> _Directions for this task_: Between the line containing "f 158 90 95" and the line containing "f 61 192 188" lies a run of lines; give that run again exactly, with both of those lines, and nothing else from the entries below.

Segment Start: Data

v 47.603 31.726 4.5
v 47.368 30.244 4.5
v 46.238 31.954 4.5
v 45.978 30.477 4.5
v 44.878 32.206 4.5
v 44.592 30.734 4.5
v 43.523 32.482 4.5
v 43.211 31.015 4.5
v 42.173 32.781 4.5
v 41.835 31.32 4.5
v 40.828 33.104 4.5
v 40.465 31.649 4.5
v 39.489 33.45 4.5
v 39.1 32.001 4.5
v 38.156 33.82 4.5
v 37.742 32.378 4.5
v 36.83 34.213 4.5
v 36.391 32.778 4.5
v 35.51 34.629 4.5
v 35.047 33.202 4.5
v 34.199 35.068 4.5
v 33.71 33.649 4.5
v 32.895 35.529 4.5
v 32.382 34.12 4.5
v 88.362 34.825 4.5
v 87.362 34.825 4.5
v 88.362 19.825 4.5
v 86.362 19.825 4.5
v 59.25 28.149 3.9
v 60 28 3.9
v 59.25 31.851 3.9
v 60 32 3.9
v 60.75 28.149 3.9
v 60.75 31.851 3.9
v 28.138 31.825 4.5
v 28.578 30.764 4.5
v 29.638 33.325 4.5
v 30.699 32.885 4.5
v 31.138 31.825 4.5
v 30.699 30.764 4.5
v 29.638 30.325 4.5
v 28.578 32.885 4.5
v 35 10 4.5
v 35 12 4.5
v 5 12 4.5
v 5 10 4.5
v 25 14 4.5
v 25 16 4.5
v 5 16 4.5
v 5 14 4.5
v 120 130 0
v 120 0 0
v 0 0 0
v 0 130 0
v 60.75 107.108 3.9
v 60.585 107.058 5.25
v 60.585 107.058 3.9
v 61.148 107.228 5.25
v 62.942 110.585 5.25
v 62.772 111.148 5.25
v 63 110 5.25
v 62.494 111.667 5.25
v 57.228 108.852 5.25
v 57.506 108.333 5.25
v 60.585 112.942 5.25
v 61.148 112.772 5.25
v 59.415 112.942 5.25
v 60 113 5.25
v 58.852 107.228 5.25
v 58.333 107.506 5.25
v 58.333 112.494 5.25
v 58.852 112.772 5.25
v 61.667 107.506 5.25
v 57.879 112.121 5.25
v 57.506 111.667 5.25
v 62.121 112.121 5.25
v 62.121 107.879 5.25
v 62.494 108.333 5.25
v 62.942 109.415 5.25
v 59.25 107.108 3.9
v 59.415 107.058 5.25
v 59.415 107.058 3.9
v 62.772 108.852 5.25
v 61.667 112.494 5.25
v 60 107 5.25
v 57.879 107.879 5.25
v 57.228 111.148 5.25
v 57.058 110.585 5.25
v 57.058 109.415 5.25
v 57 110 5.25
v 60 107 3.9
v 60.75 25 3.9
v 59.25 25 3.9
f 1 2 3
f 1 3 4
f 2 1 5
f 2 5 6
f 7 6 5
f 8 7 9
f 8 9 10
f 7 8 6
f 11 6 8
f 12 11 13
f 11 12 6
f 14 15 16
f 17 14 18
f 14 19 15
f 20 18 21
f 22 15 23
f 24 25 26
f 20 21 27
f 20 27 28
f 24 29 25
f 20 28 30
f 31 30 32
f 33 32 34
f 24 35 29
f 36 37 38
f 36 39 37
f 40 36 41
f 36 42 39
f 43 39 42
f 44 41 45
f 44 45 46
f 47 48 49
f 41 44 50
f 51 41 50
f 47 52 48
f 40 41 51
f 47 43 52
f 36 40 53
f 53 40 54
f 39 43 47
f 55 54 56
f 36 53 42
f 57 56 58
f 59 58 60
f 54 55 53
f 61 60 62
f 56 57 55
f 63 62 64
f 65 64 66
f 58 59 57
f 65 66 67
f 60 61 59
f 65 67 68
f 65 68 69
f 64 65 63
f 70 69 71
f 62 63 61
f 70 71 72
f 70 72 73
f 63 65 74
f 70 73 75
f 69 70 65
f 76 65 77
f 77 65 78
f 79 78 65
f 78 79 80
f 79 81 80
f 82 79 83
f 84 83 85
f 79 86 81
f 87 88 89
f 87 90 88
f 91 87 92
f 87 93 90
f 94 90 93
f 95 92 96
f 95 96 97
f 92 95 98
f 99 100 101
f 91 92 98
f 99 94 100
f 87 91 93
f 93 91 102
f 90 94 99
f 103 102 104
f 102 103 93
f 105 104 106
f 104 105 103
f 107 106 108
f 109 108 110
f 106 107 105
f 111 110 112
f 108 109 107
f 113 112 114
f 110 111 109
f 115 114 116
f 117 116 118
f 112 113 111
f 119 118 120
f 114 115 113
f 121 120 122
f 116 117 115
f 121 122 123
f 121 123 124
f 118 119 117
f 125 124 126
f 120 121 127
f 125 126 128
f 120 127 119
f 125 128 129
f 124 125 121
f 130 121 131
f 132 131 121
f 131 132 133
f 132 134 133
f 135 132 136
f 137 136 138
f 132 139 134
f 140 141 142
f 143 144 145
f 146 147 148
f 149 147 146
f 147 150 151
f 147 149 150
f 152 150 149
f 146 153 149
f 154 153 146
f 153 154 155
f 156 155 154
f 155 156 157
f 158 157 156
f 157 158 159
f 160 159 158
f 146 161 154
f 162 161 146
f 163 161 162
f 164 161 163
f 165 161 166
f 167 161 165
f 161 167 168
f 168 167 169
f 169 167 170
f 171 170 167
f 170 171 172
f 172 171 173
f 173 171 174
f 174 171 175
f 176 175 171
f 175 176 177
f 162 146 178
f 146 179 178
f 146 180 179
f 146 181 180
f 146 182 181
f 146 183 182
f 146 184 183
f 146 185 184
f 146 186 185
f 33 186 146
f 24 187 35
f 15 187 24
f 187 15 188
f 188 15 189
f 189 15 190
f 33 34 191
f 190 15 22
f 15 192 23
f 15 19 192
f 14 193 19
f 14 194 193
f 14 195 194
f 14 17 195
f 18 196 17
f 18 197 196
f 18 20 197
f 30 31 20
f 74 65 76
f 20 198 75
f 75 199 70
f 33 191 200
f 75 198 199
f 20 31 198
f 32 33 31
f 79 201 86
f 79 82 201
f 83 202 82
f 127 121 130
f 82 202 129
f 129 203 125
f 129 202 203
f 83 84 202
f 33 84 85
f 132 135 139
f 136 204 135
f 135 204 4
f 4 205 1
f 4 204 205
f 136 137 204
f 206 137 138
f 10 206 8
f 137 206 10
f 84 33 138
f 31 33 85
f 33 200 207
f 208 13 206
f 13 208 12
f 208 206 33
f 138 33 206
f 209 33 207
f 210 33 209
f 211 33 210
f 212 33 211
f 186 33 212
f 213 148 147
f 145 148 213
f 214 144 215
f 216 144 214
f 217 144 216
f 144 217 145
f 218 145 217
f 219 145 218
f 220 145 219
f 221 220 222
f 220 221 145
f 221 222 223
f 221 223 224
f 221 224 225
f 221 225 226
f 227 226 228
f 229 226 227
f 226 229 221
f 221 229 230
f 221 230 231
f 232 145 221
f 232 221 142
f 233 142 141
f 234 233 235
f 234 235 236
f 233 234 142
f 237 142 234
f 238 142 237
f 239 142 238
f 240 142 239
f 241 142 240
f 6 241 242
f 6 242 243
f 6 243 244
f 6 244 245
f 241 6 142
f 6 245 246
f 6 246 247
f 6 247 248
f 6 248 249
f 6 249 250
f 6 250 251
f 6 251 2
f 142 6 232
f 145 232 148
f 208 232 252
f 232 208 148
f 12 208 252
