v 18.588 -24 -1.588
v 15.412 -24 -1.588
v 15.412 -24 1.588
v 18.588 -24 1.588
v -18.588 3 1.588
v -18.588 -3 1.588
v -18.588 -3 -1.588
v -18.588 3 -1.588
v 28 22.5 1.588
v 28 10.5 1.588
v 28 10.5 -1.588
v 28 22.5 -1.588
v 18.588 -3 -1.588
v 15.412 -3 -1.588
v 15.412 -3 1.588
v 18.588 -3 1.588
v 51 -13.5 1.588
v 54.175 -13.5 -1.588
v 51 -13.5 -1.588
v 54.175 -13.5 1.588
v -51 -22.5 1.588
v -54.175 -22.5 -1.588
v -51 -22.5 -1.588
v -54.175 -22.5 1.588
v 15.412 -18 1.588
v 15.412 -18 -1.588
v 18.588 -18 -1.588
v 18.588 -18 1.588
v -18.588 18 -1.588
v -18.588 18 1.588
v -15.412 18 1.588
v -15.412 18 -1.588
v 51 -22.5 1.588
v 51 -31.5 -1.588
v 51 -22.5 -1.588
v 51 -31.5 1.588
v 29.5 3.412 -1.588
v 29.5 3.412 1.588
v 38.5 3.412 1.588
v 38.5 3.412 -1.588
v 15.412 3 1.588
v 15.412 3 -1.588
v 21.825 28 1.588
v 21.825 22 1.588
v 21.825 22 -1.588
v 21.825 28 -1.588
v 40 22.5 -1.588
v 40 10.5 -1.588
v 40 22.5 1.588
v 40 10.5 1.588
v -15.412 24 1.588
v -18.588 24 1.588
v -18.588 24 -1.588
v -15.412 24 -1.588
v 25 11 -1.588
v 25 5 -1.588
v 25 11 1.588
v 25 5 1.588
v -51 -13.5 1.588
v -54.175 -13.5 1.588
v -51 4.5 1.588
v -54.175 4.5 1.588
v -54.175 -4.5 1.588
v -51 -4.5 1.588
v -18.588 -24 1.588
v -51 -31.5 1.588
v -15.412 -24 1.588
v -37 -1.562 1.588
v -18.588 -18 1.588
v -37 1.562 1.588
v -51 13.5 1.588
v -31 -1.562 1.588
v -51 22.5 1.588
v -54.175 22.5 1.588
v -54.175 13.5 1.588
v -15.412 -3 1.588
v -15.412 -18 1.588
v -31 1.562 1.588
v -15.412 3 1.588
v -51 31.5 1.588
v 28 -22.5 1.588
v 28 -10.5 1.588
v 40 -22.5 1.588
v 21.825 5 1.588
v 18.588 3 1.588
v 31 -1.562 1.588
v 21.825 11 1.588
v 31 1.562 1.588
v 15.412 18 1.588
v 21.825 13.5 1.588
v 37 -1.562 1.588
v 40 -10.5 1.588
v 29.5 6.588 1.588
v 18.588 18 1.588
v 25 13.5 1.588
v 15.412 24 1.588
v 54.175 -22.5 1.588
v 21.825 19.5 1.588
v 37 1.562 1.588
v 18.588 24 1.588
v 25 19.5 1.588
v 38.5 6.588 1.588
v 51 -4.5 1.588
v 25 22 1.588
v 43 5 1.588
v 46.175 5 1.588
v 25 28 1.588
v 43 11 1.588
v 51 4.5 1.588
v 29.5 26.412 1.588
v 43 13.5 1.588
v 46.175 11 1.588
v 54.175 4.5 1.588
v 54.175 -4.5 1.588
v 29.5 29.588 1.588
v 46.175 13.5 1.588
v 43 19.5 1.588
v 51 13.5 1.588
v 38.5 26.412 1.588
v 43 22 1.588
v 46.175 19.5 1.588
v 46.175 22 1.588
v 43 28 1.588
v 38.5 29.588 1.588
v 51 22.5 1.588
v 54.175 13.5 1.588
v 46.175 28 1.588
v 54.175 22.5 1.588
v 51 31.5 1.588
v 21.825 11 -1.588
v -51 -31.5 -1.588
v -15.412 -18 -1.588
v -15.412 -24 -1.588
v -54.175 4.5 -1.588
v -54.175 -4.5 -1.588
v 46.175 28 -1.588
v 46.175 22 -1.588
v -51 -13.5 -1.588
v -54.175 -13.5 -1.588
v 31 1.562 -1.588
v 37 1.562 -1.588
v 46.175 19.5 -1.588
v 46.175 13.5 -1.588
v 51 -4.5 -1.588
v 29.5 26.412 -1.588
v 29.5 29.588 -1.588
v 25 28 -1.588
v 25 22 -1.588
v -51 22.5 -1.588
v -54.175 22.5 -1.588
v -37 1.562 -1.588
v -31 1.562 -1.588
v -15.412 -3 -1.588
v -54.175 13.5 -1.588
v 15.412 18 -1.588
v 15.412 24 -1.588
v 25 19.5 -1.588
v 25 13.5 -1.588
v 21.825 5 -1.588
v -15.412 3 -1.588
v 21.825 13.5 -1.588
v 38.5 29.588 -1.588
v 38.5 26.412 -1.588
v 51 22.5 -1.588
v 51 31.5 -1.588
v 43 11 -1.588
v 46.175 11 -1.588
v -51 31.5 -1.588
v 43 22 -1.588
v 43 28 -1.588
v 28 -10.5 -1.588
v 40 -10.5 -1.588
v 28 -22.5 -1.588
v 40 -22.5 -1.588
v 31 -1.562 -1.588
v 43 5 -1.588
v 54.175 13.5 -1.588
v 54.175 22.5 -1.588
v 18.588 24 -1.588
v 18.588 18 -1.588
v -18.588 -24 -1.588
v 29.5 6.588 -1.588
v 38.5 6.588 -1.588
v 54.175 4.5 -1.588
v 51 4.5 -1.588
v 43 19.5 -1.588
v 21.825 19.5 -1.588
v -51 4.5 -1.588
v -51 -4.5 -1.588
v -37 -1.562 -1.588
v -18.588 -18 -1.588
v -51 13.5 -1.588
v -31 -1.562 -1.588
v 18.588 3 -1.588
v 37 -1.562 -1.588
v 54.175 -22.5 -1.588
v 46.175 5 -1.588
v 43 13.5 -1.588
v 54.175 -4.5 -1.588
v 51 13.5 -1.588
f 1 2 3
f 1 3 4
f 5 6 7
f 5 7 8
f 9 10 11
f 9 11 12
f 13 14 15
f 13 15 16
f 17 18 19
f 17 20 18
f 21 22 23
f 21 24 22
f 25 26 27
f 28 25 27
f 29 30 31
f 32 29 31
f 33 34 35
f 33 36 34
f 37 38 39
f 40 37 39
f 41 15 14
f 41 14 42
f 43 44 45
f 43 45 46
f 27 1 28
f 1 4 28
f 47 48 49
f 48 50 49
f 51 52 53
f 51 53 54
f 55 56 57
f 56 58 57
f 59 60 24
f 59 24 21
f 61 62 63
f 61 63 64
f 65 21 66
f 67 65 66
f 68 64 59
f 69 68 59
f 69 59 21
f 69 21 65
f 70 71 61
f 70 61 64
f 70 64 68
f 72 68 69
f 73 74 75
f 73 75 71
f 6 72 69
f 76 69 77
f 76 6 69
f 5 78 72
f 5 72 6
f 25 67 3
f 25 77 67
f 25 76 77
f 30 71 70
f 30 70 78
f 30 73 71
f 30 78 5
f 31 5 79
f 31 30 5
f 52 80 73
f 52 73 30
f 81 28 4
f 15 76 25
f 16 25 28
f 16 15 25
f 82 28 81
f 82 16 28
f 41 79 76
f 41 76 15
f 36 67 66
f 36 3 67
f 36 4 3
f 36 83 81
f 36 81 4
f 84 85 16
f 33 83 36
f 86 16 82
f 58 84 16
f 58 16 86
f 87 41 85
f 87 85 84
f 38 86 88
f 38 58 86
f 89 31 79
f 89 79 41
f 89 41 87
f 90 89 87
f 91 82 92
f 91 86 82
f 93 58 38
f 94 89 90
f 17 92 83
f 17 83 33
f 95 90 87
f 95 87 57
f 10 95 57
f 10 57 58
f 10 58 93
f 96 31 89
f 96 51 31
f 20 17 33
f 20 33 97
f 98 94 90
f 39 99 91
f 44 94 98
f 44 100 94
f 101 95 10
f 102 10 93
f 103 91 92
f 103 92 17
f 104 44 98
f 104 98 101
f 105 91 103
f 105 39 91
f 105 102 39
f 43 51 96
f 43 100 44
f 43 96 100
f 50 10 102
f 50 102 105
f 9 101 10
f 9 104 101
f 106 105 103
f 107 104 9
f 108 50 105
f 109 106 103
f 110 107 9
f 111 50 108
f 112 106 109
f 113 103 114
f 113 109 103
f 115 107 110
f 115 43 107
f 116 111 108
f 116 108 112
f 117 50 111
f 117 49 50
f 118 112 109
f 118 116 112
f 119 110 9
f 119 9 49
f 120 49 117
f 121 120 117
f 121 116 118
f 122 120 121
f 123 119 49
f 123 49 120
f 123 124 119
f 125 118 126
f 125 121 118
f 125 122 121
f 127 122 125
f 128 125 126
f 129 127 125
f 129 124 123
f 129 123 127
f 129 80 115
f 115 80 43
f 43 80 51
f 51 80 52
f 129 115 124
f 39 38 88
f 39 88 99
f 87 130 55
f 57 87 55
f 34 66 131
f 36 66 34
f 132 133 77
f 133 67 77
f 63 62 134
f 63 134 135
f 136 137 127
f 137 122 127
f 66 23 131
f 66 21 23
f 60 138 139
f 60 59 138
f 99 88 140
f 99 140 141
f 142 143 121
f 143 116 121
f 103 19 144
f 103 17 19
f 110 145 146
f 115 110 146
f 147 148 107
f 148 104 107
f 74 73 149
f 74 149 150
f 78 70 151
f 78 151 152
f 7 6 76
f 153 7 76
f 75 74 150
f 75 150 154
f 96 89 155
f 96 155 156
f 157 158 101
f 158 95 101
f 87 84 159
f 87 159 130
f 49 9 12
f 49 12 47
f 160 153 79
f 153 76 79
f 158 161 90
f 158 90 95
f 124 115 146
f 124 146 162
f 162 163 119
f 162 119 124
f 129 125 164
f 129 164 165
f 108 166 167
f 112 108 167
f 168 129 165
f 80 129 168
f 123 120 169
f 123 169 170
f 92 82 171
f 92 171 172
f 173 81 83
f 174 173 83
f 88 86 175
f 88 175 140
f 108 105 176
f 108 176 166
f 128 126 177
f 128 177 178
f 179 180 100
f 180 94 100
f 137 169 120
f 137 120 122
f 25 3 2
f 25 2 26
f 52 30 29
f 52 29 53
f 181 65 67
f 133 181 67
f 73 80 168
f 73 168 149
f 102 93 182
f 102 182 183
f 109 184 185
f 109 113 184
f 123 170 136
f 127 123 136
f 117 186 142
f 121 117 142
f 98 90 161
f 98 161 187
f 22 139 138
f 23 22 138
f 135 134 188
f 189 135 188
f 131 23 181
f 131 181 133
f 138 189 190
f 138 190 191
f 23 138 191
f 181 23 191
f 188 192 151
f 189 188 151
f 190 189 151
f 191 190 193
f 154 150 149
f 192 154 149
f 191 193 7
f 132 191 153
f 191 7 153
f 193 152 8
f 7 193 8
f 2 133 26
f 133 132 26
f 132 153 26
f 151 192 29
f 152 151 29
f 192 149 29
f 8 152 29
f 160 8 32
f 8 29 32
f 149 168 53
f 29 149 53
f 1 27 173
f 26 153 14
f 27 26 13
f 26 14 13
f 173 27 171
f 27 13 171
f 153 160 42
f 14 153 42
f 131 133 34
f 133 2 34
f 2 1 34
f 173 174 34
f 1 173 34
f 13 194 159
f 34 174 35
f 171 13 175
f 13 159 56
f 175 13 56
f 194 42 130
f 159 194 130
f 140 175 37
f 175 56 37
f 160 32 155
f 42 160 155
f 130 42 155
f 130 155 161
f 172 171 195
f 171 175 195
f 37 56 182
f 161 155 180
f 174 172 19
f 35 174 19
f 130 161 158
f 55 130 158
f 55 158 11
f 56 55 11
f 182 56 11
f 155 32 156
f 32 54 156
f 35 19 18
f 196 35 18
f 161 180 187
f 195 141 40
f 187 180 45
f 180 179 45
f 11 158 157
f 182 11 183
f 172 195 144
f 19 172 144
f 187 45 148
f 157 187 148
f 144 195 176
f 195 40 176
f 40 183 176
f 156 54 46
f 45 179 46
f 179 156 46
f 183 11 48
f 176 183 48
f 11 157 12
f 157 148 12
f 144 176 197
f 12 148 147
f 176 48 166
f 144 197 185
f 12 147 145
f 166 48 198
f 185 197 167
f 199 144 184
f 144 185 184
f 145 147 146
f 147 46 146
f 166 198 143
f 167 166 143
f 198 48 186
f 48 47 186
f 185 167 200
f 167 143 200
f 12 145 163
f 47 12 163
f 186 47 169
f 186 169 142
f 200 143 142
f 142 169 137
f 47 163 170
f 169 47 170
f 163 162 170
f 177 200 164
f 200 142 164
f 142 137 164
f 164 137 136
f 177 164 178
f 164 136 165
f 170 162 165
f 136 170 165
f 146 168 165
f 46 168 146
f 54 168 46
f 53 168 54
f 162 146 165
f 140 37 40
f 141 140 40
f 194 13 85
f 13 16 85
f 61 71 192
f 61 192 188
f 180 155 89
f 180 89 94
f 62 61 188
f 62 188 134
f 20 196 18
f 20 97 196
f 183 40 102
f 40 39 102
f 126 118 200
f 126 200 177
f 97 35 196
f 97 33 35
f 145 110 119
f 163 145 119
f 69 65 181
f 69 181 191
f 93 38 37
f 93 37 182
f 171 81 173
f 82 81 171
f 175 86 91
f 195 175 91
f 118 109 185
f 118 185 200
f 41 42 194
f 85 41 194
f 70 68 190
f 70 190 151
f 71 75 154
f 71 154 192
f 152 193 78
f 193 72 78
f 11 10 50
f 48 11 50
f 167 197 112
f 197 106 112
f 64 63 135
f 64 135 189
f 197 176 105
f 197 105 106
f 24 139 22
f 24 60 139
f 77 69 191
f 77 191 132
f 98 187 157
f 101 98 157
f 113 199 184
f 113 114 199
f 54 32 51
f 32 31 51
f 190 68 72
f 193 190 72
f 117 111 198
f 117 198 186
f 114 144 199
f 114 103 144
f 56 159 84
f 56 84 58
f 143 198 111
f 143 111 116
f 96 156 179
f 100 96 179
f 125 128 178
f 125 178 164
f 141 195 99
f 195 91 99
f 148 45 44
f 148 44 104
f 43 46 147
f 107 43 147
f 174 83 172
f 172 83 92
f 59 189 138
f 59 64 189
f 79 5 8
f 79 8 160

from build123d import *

# Parameters (mm, degrees)
SKETCH1_W           = 6
SKETCH1_H           = 3.125
SKETCH1_W_2         = 9
SKETCH1_H_2         = 3.175
SKETCH1_W_3         = 12
SKETCH1_H_3         = 12
SKETCH1_W_4         = 3.175
SKETCH1_H_4         = 6
BOSS_EXTRUDE1_DEPTH = 1.5875


with BuildPart() as part:
    # Sketch1 → Boss-Extrude1 (new, symmetric)
    with BuildSketch(Plane.XY):
        Polygon((54.175, 4.5), (51, 4.5), (51, 13.5), (54.175, 13.5), (54.175, 22.5), (51, 22.5), (51, 31.5), (-51, 31.5), (-51, 22.5), (-54.175, 22.5), (-54.175, 13.5), (-51, 13.5), (-51, 4.5), (-54.175, 4.5), (-54.175, -4.5), (-51, -4.5), (-51, -13.5), (-54.175, -13.5), (-54.175, -22.5), (-51, -22.5), (-51, -31.5), (51, -31.5), (51, -22.5), (54.175, -22.5), (54.175, -13.5), (51, -13.5), (51, -4.5), (54.175, -4.5), align=None)
        with Locations((34, 0)):
            Rectangle(SKETCH1_W, SKETCH1_H, mode=Mode.SUBTRACT)
        with Locations((34, 5)):
            Rectangle(SKETCH1_W_2, SKETCH1_H_2, mode=Mode.SUBTRACT)
        with Locations((34, 16.5)):
            Rectangle(SKETCH1_W_3, SKETCH1_H_3, mode=Mode.SUBTRACT)
        with Locations((34, 28)):
            Rectangle(SKETCH1_W_2, SKETCH1_H_2, mode=Mode.SUBTRACT)
        with Locations((44.5875, 8)):
            Rectangle(SKETCH1_W_4, SKETCH1_H_4, mode=Mode.SUBTRACT)
        with Locations((44.5875, 16.5)):
            Rectangle(SKETCH1_W_4, SKETCH1_H_4, mode=Mode.SUBTRACT)
        with Locations((44.5875, 25)):
            Rectangle(SKETCH1_W_4, SKETCH1_H_4, mode=Mode.SUBTRACT)
        with Locations((34, -16.5)):
            Rectangle(SKETCH1_W_3, SKETCH1_H_3, mode=Mode.SUBTRACT)
        with Locations((17, 21)):
            Rectangle(SKETCH1_W_4, SKETCH1_H_4, mode=Mode.SUBTRACT)
        with Locations((23.4125, 25)):
            Rectangle(SKETCH1_W_4, SKETCH1_H_4, mode=Mode.SUBTRACT)
        with Locations((-17, -21)):
            Rectangle(SKETCH1_W_4, SKETCH1_H_4, mode=Mode.SUBTRACT)
        with Locations((17, -21)):
            Rectangle(SKETCH1_W_4, SKETCH1_H_4, mode=Mode.SUBTRACT)
        with Locations((-34, 0)):
            Rectangle(SKETCH1_W, SKETCH1_H, mode=Mode.SUBTRACT)
        with Locations((-17, 0)):
            Rectangle(SKETCH1_W_4, SKETCH1_H_4, mode=Mode.SUBTRACT)
        with Locations((-17, 21)):
            Rectangle(SKETCH1_W_4, SKETCH1_H_4, mode=Mode.SUBTRACT)
        with Locations((17, 0)):
            Rectangle(SKETCH1_W_4, SKETCH1_H_4, mode=Mode.SUBTRACT)
        with Locations((23.4125, 8)):
            Rectangle(SKETCH1_W_4, SKETCH1_H_4, mode=Mode.SUBTRACT)
        with Locations((23.4125, 16.5)):
            Rectangle(SKETCH1_W_4, SKETCH1_H_4, mode=Mode.SUBTRACT)
    extrude(amount=BOSS_EXTRUDE1_DEPTH, both=True)


solid = part.part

Segment End: Data

> _Solution below_:
f 158 90 95
f 124 115 146
f 124 146 162
f 162 163 119
f 162 119 124
f 129 125 164
f 129 164 165
f 108 166 167
f 112 108 167
f 168 129 165
f 80 129 168
f 123 120 169
f 123 169 170
f 92 82 171
f 92 171 172
f 173 81 83
f 174 173 83
f 88 86 175
f 88 175 140
f 108 105 176
f 108 176 166
f 128 126 177
f 128 177 178
f 179 180 100
f 180 94 100
f 137 169 120
f 137 120 122
f 25 3 2
f 25 2 26
f 52 30 29
f 52 29 53
f 181 65 67
f 133 181 67
f 73 80 168
f 73 168 149
f 102 93 182
f 102 182 183
f 109 184 185
f 109 113 184
f 123 170 136
f 127 123 136
f 117 186 142
f 121 117 142
f 98 90 161
f 98 161 187
f 22 139 138
f 23 22 138
f 135 134 188
f 189 135 188
f 131 23 181
f 131 181 133
f 138 189 190
f 138 190 191
f 23 138 191
f 181 23 191
f 188 192 151
f 189 188 151
f 190 189 151
f 191 190 193
f 154 150 149
f 192 154 149
f 191 193 7
f 132 191 153
f 191 7 153
f 193 152 8
f 7 193 8
f 2 133 26
f 133 132 26
f 132 153 26
f 151 192 29
f 152 151 29
f 192 149 29
f 8 152 29
f 160 8 32
f 8 29 32
f 149 168 53
f 29 149 53
f 1 27 173
f 26 153 14
f 27 26 13
f 26 14 13
f 173 27 171
f 27 13 171
f 153 160 42
f 14 153 42
f 131 133 34
f 133 2 34
f 2 1 34
f 173 174 34
f 1 173 34
f 13 194 159
f 34 174 35
f 171 13 175
f 13 159 56
f 175 13 56
f 194 42 130
f 159 194 130
f 140 175 37
f 175 56 37
f 160 32 155
f 42 160 155
f 130 42 155
f 130 155 161
f 172 171 195
f 171 175 195
f 37 56 182
f 161 155 180
f 174 172 19
f 35 174 19
f 130 161 158
f 55 130 158
f 55 158 11
f 56 55 11
f 182 56 11
f 155 32 156
f 32 54 156
f 35 19 18
f 196 35 18
f 161 180 187
f 195 141 40
f 187 180 45
f 180 179 45
f 11 158 157
f 182 11 183
f 172 195 144
f 19 172 144
f 187 45 148
f 157 187 148
f 144 195 176
f 195 40 176
f 40 183 176
f 156 54 46
f 45 179 46
f 179 156 46
f 183 11 48
f 176 183 48
f 11 157 12
f 157 148 12
f 144 176 197
f 12 148 147
f 176 48 166
f 144 197 185
f 12 147 145
f 166 48 198
f 185 197 167
f 199 144 184
f 144 185 184
f 145 147 146
f 147 46 146
f 166 198 143
f 167 166 143
f 198 48 186
f 48 47 186
f 185 167 200
f 167 143 200
f 12 145 163
f 47 12 163
f 186 47 169
f 186 169 142
f 200 143 142
f 142 169 137
f 47 163 170
f 169 47 170
f 163 162 170
f 177 200 164
f 200 142 164
f 142 137 164
f 164 137 136
f 177 164 178
f 164 136 165
f 170 162 165
f 136 170 165
f 146 168 165
f 46 168 146
f 54 168 46
f 53 168 54
f 162 146 165
f 140 37 40
f 141 140 40
f 194 13 85
f 13 16 85
f 61 71 192
f 61 192 188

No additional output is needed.